#### Task inputs

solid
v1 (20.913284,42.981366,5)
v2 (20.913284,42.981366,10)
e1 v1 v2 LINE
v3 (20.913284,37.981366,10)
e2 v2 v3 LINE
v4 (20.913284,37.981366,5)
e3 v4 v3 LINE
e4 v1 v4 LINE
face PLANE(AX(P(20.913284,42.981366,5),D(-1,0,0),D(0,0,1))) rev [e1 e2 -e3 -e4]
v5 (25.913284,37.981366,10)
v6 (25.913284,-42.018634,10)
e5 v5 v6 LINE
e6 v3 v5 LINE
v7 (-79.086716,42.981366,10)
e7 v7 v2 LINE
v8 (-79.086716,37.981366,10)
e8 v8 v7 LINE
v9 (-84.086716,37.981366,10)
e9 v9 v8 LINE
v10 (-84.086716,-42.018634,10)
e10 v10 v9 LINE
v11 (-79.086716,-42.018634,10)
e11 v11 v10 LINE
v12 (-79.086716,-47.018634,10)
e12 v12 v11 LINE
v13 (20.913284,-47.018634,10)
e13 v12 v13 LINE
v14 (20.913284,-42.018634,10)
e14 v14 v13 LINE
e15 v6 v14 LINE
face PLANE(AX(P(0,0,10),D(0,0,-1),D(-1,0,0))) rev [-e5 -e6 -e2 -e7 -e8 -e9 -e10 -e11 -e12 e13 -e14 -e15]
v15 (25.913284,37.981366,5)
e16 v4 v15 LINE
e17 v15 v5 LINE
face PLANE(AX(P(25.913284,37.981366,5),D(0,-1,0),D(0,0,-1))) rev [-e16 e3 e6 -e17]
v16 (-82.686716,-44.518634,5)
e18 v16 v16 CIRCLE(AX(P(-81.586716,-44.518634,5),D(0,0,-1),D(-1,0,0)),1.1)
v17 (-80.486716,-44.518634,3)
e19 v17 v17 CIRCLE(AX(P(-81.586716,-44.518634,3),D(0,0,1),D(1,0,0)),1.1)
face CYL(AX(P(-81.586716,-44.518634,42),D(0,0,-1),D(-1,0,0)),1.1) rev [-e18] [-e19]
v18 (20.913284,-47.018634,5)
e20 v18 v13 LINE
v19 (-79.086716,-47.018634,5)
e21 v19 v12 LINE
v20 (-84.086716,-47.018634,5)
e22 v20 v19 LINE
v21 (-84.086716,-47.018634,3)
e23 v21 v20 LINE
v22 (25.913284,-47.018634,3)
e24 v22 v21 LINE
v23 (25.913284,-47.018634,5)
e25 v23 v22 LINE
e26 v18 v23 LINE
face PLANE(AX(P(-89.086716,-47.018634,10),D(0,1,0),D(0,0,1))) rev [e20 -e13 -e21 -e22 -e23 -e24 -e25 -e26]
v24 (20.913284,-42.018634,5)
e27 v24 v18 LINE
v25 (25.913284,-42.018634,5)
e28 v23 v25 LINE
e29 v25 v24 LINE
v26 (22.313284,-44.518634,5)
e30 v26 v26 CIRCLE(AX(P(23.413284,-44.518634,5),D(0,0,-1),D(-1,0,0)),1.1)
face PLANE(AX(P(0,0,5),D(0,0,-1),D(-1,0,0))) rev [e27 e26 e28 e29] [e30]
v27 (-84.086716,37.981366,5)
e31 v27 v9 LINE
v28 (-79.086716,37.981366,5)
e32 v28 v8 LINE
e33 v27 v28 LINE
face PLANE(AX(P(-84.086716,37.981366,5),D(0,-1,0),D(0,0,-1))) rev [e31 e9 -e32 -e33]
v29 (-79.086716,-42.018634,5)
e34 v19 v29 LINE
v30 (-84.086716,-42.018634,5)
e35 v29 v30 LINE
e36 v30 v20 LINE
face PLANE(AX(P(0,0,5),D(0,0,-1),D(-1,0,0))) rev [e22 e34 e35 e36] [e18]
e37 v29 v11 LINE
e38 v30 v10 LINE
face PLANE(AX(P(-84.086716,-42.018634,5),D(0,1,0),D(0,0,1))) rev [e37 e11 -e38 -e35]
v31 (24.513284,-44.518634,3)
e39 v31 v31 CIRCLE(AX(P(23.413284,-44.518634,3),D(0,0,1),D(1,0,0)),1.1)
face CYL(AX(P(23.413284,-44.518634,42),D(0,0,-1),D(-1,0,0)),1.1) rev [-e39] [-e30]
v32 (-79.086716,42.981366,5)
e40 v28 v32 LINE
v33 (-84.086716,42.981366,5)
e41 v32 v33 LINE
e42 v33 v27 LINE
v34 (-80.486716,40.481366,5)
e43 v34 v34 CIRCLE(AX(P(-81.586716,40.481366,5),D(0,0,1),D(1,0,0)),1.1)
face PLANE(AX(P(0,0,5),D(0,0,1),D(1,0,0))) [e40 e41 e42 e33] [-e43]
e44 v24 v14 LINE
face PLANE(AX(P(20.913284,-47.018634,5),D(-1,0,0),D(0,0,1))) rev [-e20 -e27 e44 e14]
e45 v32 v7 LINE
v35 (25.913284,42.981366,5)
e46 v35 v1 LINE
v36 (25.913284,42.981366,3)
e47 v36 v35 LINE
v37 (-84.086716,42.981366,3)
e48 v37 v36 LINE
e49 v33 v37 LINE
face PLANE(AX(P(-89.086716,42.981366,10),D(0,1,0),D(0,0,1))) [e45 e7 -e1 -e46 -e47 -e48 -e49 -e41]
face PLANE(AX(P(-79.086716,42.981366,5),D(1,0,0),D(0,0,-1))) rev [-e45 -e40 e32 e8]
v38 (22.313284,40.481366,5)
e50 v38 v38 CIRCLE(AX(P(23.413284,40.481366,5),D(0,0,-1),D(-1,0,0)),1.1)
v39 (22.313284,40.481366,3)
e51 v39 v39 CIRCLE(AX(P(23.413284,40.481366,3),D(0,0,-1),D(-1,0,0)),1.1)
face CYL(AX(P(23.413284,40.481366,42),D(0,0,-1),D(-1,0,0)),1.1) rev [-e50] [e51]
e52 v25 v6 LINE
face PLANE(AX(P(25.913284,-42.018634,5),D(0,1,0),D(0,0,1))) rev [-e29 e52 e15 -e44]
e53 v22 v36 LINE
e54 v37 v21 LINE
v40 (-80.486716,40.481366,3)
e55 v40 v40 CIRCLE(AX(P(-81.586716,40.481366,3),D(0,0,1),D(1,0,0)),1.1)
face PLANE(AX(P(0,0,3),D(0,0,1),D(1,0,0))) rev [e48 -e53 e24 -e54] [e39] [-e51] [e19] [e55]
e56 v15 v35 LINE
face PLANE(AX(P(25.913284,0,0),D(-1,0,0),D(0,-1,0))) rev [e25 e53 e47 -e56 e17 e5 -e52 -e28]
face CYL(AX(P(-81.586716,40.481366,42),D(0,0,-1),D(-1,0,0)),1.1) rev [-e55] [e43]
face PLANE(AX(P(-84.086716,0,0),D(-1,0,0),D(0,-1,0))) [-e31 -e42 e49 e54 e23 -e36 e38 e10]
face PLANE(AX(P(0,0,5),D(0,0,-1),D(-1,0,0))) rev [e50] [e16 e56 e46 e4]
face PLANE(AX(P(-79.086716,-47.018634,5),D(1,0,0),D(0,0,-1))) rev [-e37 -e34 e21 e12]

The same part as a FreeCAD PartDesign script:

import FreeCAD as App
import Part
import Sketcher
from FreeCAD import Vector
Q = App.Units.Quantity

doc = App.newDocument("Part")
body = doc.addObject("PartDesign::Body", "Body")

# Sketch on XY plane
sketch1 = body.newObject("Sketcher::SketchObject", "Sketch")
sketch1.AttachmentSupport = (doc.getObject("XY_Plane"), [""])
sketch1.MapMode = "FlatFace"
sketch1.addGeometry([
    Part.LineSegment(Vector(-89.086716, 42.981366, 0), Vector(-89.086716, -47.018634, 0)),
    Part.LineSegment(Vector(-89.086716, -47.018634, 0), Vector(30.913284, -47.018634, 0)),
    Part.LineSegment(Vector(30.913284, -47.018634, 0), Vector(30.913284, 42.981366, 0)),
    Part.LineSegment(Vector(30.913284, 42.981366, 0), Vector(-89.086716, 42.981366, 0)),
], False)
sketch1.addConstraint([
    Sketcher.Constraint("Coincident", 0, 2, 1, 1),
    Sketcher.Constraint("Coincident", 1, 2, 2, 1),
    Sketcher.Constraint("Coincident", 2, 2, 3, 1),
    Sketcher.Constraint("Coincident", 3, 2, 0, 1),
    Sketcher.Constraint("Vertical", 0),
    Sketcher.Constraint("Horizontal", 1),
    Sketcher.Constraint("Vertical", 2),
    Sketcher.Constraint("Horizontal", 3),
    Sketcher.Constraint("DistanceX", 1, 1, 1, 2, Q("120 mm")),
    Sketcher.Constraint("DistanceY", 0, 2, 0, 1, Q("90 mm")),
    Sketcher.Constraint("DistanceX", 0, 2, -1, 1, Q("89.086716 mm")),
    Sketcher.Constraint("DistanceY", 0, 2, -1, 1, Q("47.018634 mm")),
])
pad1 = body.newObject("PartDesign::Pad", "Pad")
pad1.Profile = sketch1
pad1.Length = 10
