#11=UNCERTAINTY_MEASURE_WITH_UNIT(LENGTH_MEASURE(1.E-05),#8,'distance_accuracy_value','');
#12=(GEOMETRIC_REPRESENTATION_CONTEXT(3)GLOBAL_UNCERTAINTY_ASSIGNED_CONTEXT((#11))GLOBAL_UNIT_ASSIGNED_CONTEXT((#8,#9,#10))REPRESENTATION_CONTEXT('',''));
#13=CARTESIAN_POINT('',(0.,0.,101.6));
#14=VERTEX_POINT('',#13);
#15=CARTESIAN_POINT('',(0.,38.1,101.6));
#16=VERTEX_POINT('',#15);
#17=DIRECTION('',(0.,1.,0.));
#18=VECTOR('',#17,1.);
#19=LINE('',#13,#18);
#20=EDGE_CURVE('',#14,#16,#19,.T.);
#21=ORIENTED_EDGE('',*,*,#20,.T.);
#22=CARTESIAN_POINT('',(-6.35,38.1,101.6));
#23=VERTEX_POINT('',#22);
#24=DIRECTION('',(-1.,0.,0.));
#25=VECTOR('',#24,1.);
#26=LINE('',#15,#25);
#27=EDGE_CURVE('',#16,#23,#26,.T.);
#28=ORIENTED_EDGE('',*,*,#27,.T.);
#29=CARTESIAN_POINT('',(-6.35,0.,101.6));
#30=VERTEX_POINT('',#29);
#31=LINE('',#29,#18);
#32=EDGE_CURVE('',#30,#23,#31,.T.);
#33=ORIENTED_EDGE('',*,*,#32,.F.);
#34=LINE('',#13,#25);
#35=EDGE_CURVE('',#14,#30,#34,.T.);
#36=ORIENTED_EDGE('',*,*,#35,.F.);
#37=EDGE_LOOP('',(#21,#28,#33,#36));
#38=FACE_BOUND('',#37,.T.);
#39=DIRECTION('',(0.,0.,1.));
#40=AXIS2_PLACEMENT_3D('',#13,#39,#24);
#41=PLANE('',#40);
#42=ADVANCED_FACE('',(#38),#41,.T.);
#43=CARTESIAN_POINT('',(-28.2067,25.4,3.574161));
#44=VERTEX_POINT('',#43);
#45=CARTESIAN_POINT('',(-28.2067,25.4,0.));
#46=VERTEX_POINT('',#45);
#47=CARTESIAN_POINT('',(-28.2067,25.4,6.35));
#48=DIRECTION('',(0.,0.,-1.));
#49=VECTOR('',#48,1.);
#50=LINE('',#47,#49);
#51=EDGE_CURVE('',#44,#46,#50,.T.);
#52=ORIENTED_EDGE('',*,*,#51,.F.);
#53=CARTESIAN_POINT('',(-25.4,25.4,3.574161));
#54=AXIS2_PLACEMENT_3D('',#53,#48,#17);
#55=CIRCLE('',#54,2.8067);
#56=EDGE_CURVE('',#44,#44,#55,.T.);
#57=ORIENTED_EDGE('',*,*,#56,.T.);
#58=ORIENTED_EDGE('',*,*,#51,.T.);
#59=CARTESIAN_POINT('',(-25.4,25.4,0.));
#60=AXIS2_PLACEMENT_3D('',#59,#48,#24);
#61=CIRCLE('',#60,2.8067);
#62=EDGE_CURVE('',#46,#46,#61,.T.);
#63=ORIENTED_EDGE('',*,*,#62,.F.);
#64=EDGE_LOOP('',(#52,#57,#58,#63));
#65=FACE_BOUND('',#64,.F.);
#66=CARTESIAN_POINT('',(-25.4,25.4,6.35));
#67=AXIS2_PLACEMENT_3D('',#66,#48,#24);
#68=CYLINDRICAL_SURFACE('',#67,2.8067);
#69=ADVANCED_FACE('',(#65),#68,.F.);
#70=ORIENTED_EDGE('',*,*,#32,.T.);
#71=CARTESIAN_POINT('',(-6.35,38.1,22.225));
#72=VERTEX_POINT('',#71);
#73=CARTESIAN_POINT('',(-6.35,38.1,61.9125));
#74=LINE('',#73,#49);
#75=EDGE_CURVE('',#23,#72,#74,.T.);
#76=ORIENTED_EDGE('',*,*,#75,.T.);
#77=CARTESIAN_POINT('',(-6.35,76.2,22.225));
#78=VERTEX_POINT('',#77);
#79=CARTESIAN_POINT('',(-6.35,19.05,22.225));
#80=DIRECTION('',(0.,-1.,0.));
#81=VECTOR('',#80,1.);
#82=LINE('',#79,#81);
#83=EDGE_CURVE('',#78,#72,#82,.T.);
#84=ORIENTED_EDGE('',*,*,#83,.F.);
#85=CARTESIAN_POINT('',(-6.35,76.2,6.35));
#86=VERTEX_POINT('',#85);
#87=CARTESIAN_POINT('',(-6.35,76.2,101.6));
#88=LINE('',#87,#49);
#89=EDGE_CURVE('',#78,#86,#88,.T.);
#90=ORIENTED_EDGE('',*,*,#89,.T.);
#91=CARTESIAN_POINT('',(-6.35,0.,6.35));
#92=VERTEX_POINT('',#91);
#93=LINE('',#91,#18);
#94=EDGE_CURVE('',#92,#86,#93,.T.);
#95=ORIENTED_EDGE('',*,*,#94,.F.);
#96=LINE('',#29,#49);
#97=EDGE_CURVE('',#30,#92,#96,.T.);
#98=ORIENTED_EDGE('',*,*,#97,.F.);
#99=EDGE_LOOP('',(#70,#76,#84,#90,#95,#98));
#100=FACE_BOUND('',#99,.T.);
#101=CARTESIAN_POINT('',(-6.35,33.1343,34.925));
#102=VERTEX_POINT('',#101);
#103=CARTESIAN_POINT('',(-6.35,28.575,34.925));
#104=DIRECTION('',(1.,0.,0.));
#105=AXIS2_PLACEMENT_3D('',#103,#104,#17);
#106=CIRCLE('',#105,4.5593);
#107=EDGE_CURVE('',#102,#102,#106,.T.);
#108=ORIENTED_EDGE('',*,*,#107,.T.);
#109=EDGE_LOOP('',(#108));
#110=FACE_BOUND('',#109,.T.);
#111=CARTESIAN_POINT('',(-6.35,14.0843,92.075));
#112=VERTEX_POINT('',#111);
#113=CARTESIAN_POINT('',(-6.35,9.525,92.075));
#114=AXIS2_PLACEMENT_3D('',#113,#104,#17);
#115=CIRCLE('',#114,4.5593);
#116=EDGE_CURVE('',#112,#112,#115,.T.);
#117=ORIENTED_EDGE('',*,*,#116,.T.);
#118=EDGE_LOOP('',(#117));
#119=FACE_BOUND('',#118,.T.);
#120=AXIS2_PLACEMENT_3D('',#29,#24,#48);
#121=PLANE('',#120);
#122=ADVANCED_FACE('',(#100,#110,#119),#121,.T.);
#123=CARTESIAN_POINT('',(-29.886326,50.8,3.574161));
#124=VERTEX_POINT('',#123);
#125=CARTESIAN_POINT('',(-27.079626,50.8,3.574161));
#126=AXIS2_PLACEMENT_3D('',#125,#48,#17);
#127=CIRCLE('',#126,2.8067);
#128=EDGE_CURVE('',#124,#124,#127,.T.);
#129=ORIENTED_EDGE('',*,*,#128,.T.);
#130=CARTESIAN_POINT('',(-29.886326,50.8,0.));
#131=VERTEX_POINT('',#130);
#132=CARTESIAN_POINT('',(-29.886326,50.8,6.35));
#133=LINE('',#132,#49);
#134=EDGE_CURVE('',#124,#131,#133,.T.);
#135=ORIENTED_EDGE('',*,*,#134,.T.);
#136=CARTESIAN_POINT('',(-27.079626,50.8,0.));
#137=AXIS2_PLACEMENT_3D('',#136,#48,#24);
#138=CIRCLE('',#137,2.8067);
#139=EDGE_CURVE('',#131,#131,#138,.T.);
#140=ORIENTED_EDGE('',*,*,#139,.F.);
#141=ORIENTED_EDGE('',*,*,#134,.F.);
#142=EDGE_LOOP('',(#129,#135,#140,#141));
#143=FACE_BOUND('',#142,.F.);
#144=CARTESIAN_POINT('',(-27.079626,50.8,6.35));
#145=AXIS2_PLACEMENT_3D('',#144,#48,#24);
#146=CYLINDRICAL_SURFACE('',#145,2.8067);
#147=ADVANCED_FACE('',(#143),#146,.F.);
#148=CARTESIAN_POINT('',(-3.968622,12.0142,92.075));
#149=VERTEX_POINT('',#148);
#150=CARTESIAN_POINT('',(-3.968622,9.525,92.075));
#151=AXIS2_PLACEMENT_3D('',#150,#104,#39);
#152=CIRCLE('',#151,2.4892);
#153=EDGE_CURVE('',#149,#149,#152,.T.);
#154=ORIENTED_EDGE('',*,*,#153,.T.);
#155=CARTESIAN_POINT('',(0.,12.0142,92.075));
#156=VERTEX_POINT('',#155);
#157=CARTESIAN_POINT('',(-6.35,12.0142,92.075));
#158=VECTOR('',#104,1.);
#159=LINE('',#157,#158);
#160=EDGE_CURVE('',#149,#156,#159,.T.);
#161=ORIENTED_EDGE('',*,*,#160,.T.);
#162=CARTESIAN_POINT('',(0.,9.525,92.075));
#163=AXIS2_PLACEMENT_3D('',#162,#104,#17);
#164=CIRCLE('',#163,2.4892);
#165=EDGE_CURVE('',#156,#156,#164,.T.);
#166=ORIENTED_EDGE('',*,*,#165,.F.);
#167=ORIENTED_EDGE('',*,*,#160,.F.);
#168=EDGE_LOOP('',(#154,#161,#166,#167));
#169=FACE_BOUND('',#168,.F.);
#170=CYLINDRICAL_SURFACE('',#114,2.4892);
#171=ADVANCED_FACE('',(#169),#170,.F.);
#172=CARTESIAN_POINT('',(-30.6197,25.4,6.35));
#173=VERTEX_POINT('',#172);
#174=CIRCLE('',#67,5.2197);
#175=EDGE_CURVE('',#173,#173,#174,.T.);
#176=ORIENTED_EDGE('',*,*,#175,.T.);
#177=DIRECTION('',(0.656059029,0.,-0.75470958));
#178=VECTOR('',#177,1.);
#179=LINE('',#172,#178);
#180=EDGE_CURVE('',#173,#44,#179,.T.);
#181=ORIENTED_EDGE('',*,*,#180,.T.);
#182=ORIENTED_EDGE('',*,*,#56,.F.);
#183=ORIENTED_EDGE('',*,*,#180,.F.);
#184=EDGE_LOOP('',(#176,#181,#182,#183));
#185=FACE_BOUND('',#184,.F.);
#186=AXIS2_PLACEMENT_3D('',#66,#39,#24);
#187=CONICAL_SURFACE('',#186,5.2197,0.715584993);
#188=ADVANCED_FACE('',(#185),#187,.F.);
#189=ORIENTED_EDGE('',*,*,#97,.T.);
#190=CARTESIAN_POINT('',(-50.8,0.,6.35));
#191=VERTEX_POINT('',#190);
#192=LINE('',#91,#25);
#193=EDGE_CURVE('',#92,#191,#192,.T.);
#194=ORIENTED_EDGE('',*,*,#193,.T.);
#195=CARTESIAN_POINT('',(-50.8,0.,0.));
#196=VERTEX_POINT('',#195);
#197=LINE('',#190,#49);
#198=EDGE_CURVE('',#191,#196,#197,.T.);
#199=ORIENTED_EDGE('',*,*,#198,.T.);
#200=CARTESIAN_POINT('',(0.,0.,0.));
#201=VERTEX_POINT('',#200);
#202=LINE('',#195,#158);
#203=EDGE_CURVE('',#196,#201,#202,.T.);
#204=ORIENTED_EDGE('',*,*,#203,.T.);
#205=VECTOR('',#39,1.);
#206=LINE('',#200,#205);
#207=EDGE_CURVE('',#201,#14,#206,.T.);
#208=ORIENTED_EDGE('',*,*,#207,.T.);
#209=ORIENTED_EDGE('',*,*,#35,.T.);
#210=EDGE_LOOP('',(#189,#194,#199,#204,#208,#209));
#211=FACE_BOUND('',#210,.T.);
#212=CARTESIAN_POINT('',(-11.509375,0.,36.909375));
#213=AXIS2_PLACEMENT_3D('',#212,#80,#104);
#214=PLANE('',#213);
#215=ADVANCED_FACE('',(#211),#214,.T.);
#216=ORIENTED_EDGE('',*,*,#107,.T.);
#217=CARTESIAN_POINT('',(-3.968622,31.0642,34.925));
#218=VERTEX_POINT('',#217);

########

Retrieve all lines from the data that contain the string "DIRECTION".

Result of this exercise:
#17=DIRECTION('',(0.,1.,0.));
#24=DIRECTION('',(-1.,0.,0.));
#39=DIRECTION('',(0.,0.,1.));
#48=DIRECTION('',(0.,0.,-1.));
#80=DIRECTION('',(0.,-1.,0.));
#104=DIRECTION('',(1.,0.,0.));
#177=DIRECTION('',(0.656059029,0.,-0.75470958));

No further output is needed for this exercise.